I mentioned the Neoplatonists in earlier articles. The Neoplatonists believed in the concept of a world-soul, which they also also acquired from Plato. They called this the Anima Mundi. This world-soul or Anima Mundi was the realm from which emerged the gods and daimons. The Anima Mundi is also equal to Dr. Carl Jung's collective unconscious and I also believe it is Dr. Huston Smith's Intermediate Plane or Dr. Henry Corbin's Imaginal Realm.
The Soul of the World, collective unconscious, or Imaginal Realm-whatever noun we choose to identify this magical place with-cannot be known directly. The daimons, myths, and gods that emanate from this realm are, in a sense, metaphors for one another. It is also useful, I believe, to imagine the Anima Mundi/Imaginal Realm as the beautiful, calm reflective surface of a crystal-clear mountain lake on an enchanting Autumn night. Using this imagery, picture that the images on the surface of our lake are actually empty-or not "really" on the lake-but the surface of our magical lake can reflect everything. Then I think we have a good metaphor/analogy for Jung's collective unconscious/Anima Mundi/Imaginal Realm.

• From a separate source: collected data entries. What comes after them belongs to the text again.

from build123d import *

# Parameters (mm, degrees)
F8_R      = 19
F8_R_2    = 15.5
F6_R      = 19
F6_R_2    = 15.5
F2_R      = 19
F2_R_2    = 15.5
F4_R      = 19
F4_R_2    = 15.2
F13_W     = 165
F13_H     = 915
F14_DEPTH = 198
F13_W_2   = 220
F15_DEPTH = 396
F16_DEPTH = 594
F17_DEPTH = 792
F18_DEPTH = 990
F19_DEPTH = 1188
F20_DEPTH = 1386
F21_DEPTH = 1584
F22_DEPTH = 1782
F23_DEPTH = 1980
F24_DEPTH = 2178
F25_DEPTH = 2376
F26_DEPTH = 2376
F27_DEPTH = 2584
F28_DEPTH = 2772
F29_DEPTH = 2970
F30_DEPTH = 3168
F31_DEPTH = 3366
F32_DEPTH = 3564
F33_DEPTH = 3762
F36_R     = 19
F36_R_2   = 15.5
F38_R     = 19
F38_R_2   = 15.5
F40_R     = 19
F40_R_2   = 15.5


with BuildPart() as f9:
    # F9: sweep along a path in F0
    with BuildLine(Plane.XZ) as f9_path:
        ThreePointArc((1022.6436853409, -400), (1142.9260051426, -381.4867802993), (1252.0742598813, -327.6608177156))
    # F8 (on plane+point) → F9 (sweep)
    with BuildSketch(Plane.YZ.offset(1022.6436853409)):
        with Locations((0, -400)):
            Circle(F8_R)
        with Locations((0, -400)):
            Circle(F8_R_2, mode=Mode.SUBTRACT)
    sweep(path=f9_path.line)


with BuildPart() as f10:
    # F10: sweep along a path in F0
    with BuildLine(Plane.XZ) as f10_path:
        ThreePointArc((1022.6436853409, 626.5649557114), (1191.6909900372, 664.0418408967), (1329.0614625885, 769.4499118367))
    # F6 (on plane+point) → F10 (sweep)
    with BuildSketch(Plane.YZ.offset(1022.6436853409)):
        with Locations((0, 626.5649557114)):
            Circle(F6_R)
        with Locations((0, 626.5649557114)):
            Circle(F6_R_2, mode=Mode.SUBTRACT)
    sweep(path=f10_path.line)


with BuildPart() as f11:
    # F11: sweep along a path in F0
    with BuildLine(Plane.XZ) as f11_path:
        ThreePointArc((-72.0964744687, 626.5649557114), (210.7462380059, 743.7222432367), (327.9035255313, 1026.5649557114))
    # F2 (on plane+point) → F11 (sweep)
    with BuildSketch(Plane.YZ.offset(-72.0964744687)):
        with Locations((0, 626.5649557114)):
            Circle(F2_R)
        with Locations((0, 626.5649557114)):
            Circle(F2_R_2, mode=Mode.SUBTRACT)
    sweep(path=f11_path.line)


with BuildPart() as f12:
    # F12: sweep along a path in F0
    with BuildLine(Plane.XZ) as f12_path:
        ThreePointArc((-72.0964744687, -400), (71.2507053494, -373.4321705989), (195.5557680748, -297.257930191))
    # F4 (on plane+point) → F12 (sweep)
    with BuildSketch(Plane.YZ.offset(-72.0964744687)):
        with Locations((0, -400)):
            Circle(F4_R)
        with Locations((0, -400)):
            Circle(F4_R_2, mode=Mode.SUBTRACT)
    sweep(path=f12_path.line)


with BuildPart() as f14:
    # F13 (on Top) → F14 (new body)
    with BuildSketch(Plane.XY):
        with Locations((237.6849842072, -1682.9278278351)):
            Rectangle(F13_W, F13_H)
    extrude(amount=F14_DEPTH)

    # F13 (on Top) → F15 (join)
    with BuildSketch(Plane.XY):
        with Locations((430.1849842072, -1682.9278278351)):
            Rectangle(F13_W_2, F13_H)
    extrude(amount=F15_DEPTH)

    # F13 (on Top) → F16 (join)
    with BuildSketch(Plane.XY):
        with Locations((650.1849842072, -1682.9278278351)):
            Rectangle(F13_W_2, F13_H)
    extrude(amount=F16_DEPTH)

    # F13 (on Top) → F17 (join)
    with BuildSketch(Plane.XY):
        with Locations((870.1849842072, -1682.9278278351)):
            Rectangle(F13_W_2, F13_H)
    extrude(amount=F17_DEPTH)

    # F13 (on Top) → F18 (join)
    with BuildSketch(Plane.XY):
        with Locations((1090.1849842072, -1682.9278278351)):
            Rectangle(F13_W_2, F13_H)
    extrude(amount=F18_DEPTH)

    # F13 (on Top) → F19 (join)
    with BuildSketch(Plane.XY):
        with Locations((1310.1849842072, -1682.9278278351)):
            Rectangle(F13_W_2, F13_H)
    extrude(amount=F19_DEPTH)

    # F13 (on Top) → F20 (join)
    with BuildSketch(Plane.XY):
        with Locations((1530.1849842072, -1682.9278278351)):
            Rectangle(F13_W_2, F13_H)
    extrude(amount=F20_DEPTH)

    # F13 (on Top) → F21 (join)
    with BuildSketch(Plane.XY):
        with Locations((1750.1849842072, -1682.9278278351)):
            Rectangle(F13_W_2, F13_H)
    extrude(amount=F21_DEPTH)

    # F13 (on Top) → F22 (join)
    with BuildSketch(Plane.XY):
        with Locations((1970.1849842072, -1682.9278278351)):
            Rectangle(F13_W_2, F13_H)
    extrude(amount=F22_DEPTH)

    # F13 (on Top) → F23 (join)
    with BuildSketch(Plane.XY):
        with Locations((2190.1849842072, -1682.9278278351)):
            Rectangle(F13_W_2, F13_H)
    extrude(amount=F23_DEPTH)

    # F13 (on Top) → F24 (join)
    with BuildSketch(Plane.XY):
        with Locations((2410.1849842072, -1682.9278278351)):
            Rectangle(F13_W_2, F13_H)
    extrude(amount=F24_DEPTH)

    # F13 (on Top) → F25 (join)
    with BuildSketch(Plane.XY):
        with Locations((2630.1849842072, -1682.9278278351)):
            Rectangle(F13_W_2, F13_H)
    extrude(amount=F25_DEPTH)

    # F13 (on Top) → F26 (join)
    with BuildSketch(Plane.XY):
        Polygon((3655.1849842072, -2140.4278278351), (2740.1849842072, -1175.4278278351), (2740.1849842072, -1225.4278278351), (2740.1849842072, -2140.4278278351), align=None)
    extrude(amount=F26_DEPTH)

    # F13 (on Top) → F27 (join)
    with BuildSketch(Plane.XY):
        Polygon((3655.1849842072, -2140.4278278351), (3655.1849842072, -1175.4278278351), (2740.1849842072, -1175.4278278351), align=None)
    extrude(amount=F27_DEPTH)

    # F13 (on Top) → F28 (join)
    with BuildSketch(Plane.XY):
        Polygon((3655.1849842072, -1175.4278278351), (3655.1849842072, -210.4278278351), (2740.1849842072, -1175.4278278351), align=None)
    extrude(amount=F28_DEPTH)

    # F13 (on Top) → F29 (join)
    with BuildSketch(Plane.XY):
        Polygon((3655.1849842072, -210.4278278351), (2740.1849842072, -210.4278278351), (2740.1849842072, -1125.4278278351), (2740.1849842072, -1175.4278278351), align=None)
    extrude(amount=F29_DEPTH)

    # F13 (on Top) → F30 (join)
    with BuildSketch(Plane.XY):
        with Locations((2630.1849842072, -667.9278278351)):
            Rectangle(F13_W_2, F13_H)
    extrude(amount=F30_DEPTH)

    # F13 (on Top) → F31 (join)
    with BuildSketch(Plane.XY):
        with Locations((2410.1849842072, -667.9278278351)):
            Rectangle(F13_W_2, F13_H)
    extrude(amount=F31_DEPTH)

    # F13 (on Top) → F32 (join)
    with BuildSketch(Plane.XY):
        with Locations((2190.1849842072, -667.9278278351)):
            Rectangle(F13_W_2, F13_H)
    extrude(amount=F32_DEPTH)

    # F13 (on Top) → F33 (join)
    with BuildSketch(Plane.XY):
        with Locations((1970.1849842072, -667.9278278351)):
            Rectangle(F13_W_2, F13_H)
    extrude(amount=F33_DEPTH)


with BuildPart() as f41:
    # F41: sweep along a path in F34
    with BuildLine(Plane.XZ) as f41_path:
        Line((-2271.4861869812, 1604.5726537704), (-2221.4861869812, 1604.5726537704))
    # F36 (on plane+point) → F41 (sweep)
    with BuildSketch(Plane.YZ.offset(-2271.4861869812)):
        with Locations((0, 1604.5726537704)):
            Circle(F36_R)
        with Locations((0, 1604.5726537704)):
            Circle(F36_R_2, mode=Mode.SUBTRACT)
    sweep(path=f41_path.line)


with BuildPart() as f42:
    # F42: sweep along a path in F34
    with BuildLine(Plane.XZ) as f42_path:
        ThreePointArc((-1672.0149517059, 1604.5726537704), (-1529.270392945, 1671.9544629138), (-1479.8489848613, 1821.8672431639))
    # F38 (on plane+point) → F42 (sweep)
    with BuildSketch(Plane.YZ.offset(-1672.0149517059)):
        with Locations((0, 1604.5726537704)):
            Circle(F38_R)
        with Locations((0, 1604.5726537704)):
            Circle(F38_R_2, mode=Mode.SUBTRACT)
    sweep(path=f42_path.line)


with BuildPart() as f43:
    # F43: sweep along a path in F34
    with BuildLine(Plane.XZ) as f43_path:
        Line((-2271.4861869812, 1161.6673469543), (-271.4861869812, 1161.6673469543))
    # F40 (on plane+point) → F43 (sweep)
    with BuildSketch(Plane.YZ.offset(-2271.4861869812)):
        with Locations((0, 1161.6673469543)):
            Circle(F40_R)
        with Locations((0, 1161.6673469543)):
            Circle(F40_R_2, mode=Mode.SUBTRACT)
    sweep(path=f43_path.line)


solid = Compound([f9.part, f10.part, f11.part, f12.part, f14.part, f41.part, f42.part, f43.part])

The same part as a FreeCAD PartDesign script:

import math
import FreeCAD as App
import Part
import Sketcher
from FreeCAD import Vector

doc = App.newDocument("Part")
body = doc.addObject("PartDesign::Body", "Body")

sketch1 = body.newObject("Sketcher::SketchObject", "Sketch")
sketch1.AttachmentSupport = (doc.getObject("YZ_Plane"), [""])
sketch1.MapMode = "FlatFace"
sketch1.AttachmentOffset = App.Placement(Vector(0, 0, 1022.643685), App.Rotation())
sketch1.addGeometry(Part.Circle(Vector(0, -400, 0), Vector(0, 0, 1), 19), False)
sketch1.addGeometry(Part.Circle(Vector(0, -400, 0), Vector(0, 0, 1), 15.5), False)
sketch1.addConstraint(Sketcher.Constraint("Coincident", 1, 3, 0, 3))
sketch1.addConstraint(Sketcher.Constraint("PointOnObject", 0, 3, -2))
sketch1.addConstraint(Sketcher.Constraint("Diameter", 0, 38.0))
sketch1.addConstraint(Sketcher.Constraint("Diameter", 1, 31.0))
sketch1.addConstraint(Sketcher.Constraint("DistanceY", 0, 3, -1, 1, 400.0))

sketch2 = body.newObject("Sketcher::SketchObject", "Sketch001")
sketch2.AttachmentSupport = (doc.getObject("XZ_Plane"), [""])
sketch2.MapMode = "FlatFace"
sketch2.addGeometry(Part.ArcOfCircle(Part.Circle(Vector(1022.643685, 0, 0), Vector(0, 0, 1), 400), math.radians(-90), math.radians(-55)), False)
sketch2.addConstraint(Sketcher.Constraint("PointOnObject", 0, 3, -1))
sketch2.addConstraint(Sketcher.Constraint("Radius", 0, 400.0))
sketch2.addConstraint(Sketcher.Constraint("DistanceX", -1, 1, 0, 2, 1252.07426))
sketch2.addConstraint(Sketcher.Constraint("DistanceX", -1, 1, 0, 3, 1022.643685))
sketch2.addConstraint(Sketcher.Constraint("DistanceX", -1, 1, 0, 1, 1022.643685))
doc.recompute()

additivepipe = body.newObject("PartDesign::AdditivePipe", "AdditivePipe")
additivepipe.Profile = sketch1
additivepipe.Spine = (sketch2, ["Edge1"])
body2 = doc.addObject("PartDesign::Body", "Body001")

sketch3 = body2.newObject("Sketcher::SketchObject", "Sketch002")
sketch3.AttachmentSupport = (doc.getObject("YZ_Plane001"), [""])
sketch3.MapMode = "FlatFace"
sketch3.AttachmentOffset = App.Placement(Vector(0, 0, 1022.643685), App.Rotation())
sketch3.addGeometry(Part.Circle(Vector(0, 626.564956, 0), Vector(0, 0, 1), 19), False)
sketch3.addGeometry(Part.Circle(Vector(0, 626.564956, 0), Vector(0, 0, 1), 15.5), False)
sketch3.addConstraint(Sketcher.Constraint("Coincident", 1, 3, 0, 3))
sketch3.addConstraint(Sketcher.Constraint("PointOnObject", 0, 3, -2))
sketch3.addConstraint(Sketcher.Constraint("Diameter", 0, 38.0))
sketch3.addConstraint(Sketcher.Constraint("Diameter", 1, 31.0))
sketch3.addConstraint(Sketcher.Constraint("DistanceY", -1, 1, 0, 3, 626.564956))

sketch4 = body2.newObject("Sketcher::SketchObject", "Sketch003")
sketch4.AttachmentSupport = (doc.getObject("XZ_Plane001"), [""])
sketch4.MapMode = "FlatFace"
sketch4.addGeometry(Part.ArcOfCircle(Part.Circle(Vector(1022.643685, 1026.564956, 0), Vector(0, 0, 1), 400), math.radians(-90), math.radians(-40)), False)
sketch4.addConstraint(Sketcher.Constraint("Radius", 0, 400.0))
sketch4.addConstraint(Sketcher.Constraint("DistanceY", -1, 1, 0, 2, 769.449912))
sketch4.addConstraint(Sketcher.Constraint("DistanceX", -1, 1, 0, 3, 1022.643685))
sketch4.addConstraint(Sketcher.Constraint("DistanceY", -1, 1, 0, 3, 1026.564956))
sketch4.addConstraint(Sketcher.Constraint("DistanceX", -1, 1, 0, 1, 1022.643685))
doc.recompute()

additivepipe2 = body2.newObject("PartDesign::AdditivePipe", "AdditivePipe001")
additivepipe2.Profile = sketch3
additivepipe2.Spine = (sketch4, ["Edge1"])
body3 = doc.addObject("PartDesign::Body", "Body002")

sketch5 = body3.newObject("Sketcher::SketchObject", "Sketch004")
sketch5.AttachmentSupport = (doc.getObject("YZ_Plane002"), [""])
sketch5.MapMode = "FlatFace"
sketch5.AttachmentOffset = App.Placement(Vector(0, 0, -72.096474), App.Rotation())
sketch5.addGeometry(Part.Circle(Vector(0, 626.564956, 0), Vector(0, 0, 1), 19), False)
sketch5.addGeometry(Part.Circle(Vector(0, 626.564956, 0), Vector(0, 0, 1), 15.5), False)
sketch5.addConstraint(Sketcher.Constraint("Coincident", 1, 3, 0, 3))
sketch5.addConstraint(Sketcher.Constraint("PointOnObject", 0, 3, -2))
sketch5.addConstraint(Sketcher.Constraint("Diameter", 0, 38.0))
sketch5.addConstraint(Sketcher.Constraint("Diameter", 1, 31.0))
sketch5.addConstraint(Sketcher.Constraint("DistanceY", -1, 1, 0, 3, 626.564956))

sketch6 = body3.newObject("Sketcher::SketchObject", "Sketch005")
sketch6.AttachmentSupport = (doc.getObject("XZ_Plane002"), [""])
sketch6.MapMode = "FlatFace"
sketch6.addGeometry(Part.ArcOfCircle(Part.Circle(Vector(-72.096474, 1026.564956, 0), Vector(0, 0, 1), 400), math.radians(-90), math.radians(0)), False)
sketch6.addConstraint(Sketcher.Constraint("Radius", 0, 400.0))
sketch6.addConstraint(Sketcher.Constraint("DistanceX", 0, 1, 0, 2, 400.0))
sketch6.addConstraint(Sketcher.Constraint("DistanceY", 0, 1, 0, 2, 400.0))
sketch6.addConstraint(Sketcher.Constraint("DistanceX", 0, 3, -1, 1, 72.096474))
sketch6.addConstraint(Sketcher.Constraint("DistanceY", -1, 1, 0, 3, 1026.564956))
doc.recompute()

additivepipe3 = body3.newObject("PartDesign::AdditivePipe", "AdditivePipe002")
additivepipe3.Profile = sketch5
additivepipe3.Spine = (sketch6, ["Edge1"])
body4 = doc.addObject("PartDesign::Body", "Body003")

sketch7 = body4.newObject("Sketcher::SketchObject", "Sketch006")
sketch7.AttachmentSupport = (doc.getObject("YZ_Plane003"), [""])
sketch7.MapMode = "FlatFace"
sketch7.AttachmentOffset = App.Placement(Vector(0, 0, -72.096474), App.Rotation())
sketch7.addGeometry(Part.Circle(Vector(0, -400, 0), Vector(0, 0, 1), 19), False)
sketch7.addGeometry(Part.Circle(Vector(0, -400, 0), Vector(0, 0, 1), 15.2), False)
sketch7.addConstraint(Sketcher.Constraint("Coincident", 1, 3, 0, 3))
sketch7.addConstraint(Sketcher.Constraint("PointOnObject", 0, 3, -2))
sketch7.addConstraint(Sketcher.Constraint("Diameter", 0, 38.0))
sketch7.addConstraint(Sketcher.Constraint("Diameter", 1, 30.4))
sketch7.addConstraint(Sketcher.Constraint("DistanceY", 0, 3, -1, 1, 400.0))

sketch8 = body4.newObject("Sketcher::SketchObject", "Sketch007")
sketch8.AttachmentSupport = (doc.getObject("XZ_Plane003"), [""])
sketch8.MapMode = "FlatFace"
sketch8.addGeometry(Part.ArcOfCircle(Part.Circle(Vector(-72.096474, 0, 0), Vector(0, 0, 1), 400), math.radians(-90), math.radians(-48)), False)
sketch8.addConstraint(Sketcher.Constraint("PointOnObject", 0, 3, -1))
sketch8.addConstraint(Sketcher.Constraint("Radius", 0, 400.0))
sketch8.addConstraint(Sketcher.Constraint("DistanceX", -1, 1, 0, 2, 195.555768))
sketch8.addConstraint(Sketcher.Constraint("DistanceY", 0, 2, -1, 1, 297.25793))
sketch8.addConstraint(Sketcher.Constraint("DistanceX", 0, 1, -1, 1, 72.096474))
doc.recompute()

In other words the gods, daimons, and myths of the Imaginal Realm are not in the Imaginal Realm etc.--they are the Imaginal Realm etc. One thing that using the placid surface of a lake for our analogy to the Imaginal Realm that may give a false impression of this place is the sense of calm and serenity it gives. In fact, it is a dynamic, tempestuous place that constantly branches into "our" world-its tendrils leaping into the physical plane, the mental plane (our thoughts/imagination) and our psycholgical complexes and dreams.

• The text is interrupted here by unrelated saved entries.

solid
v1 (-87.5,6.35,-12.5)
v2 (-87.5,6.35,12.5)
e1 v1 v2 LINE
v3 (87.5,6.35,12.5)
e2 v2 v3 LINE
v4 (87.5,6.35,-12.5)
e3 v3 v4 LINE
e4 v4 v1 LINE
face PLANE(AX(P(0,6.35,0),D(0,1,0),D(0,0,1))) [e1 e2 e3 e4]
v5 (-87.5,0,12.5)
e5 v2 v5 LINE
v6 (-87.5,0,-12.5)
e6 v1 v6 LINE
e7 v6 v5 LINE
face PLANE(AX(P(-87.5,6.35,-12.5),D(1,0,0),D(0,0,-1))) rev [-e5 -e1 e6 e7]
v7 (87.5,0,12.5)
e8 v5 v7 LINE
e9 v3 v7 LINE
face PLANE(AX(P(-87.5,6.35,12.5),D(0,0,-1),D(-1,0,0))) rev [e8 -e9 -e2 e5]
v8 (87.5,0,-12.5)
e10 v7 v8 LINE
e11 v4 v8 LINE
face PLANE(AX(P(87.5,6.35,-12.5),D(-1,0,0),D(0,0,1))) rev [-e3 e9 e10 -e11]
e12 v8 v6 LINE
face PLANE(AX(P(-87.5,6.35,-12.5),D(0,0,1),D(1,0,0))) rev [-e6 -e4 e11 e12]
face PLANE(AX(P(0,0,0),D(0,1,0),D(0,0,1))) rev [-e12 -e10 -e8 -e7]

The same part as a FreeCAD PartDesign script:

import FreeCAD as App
import Part
import Sketcher
from FreeCAD import Vector


def add_polygon(sketch, points):
    """Adds a closed chain of lines whose ends are joined by coincident constraints."""
    first, n = sketch.GeometryCount, len(points)
    for a, b in zip(points, points[1:] + points[:1]):
        sketch.addGeometry(Part.LineSegment(App.Vector(*a, 0), App.Vector(*b, 0)), False)
    for i in range(n):
        sketch.addConstraint(Sketcher.Constraint("Coincident", first + i, 2, first + (i + 1) % n, 1))

doc = App.newDocument("Part")
body = doc.addObject("PartDesign::Body", "Body")

sketch1 = body.newObject("Sketcher::SketchObject", "Sketch")
sketch1.AttachmentSupport = (doc.getObject("XZ_Plane"), [""])
sketch1.MapMode = "FlatFace"
add_polygon(sketch1, [(-88, -12), (-88, 12), (88, 12), (88, -12)])
sketch1.addConstraint(Sketcher.Constraint("Vertical", 0))
sketch1.addConstraint(Sketcher.Constraint("Horizontal", 1))
sketch1.addConstraint(Sketcher.Constraint("Vertical", 2))
sketch1.addConstraint(Sketcher.Constraint("Horizontal", 3))
sketch1.addConstraint(Sketcher.Constraint("Symmetric", 0, 2, 2, 2, -1, 1))
sketch1.addConstraint(Sketcher.Constraint("DistanceX", 1, 1, 1, 2, 175.0))
sketch1.addConstraint(Sketcher.Constraint("DistanceY", 0, 1, 0, 2, 25.0))
pad1 = body.newObject("PartDesign::Pad", "Pad")
pad1.Profile = sketch1
pad1.Length = 6.35
pad1.Reversed = True

doc.recompute()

The philosophy of alchemy gives us one of the most refined embodiments of the Anima Mundi. Mercury (Mercurius) personified a dynamic, living spirit in the physical matter and also the unconscious itself. "The mythical figure of Proteus, a favorite image of the Renaissance, represented a combination of the sea image and the personification: as daimonic offspring of the sea-god Poseidon. Proteus is the shape-changer par excellence-always himself, yet always appearing as something else."
"When Jung spoke of images, he referred especially of course to those archetypal images we encounter as daimons and gods. We must not be misled by the word "images" into thinking of them as somehow unreal. We should, on the contrary, approach them as Jung approached daimons like his Philemon-"as if they were real people" to whom he "listened attentively." He did not, we notice, treat them as literally real, as we (mistakenly) treat hallucinations or (correctly) treat people in the street...He treated them as metaphorical beings, as if they were real people. And it is this metaphorical reality, as (if not more so than) literal reality-as real as Philemon-that he called psychic reality." Daimonic Reality, Patrick Harpur, pp. 47-48.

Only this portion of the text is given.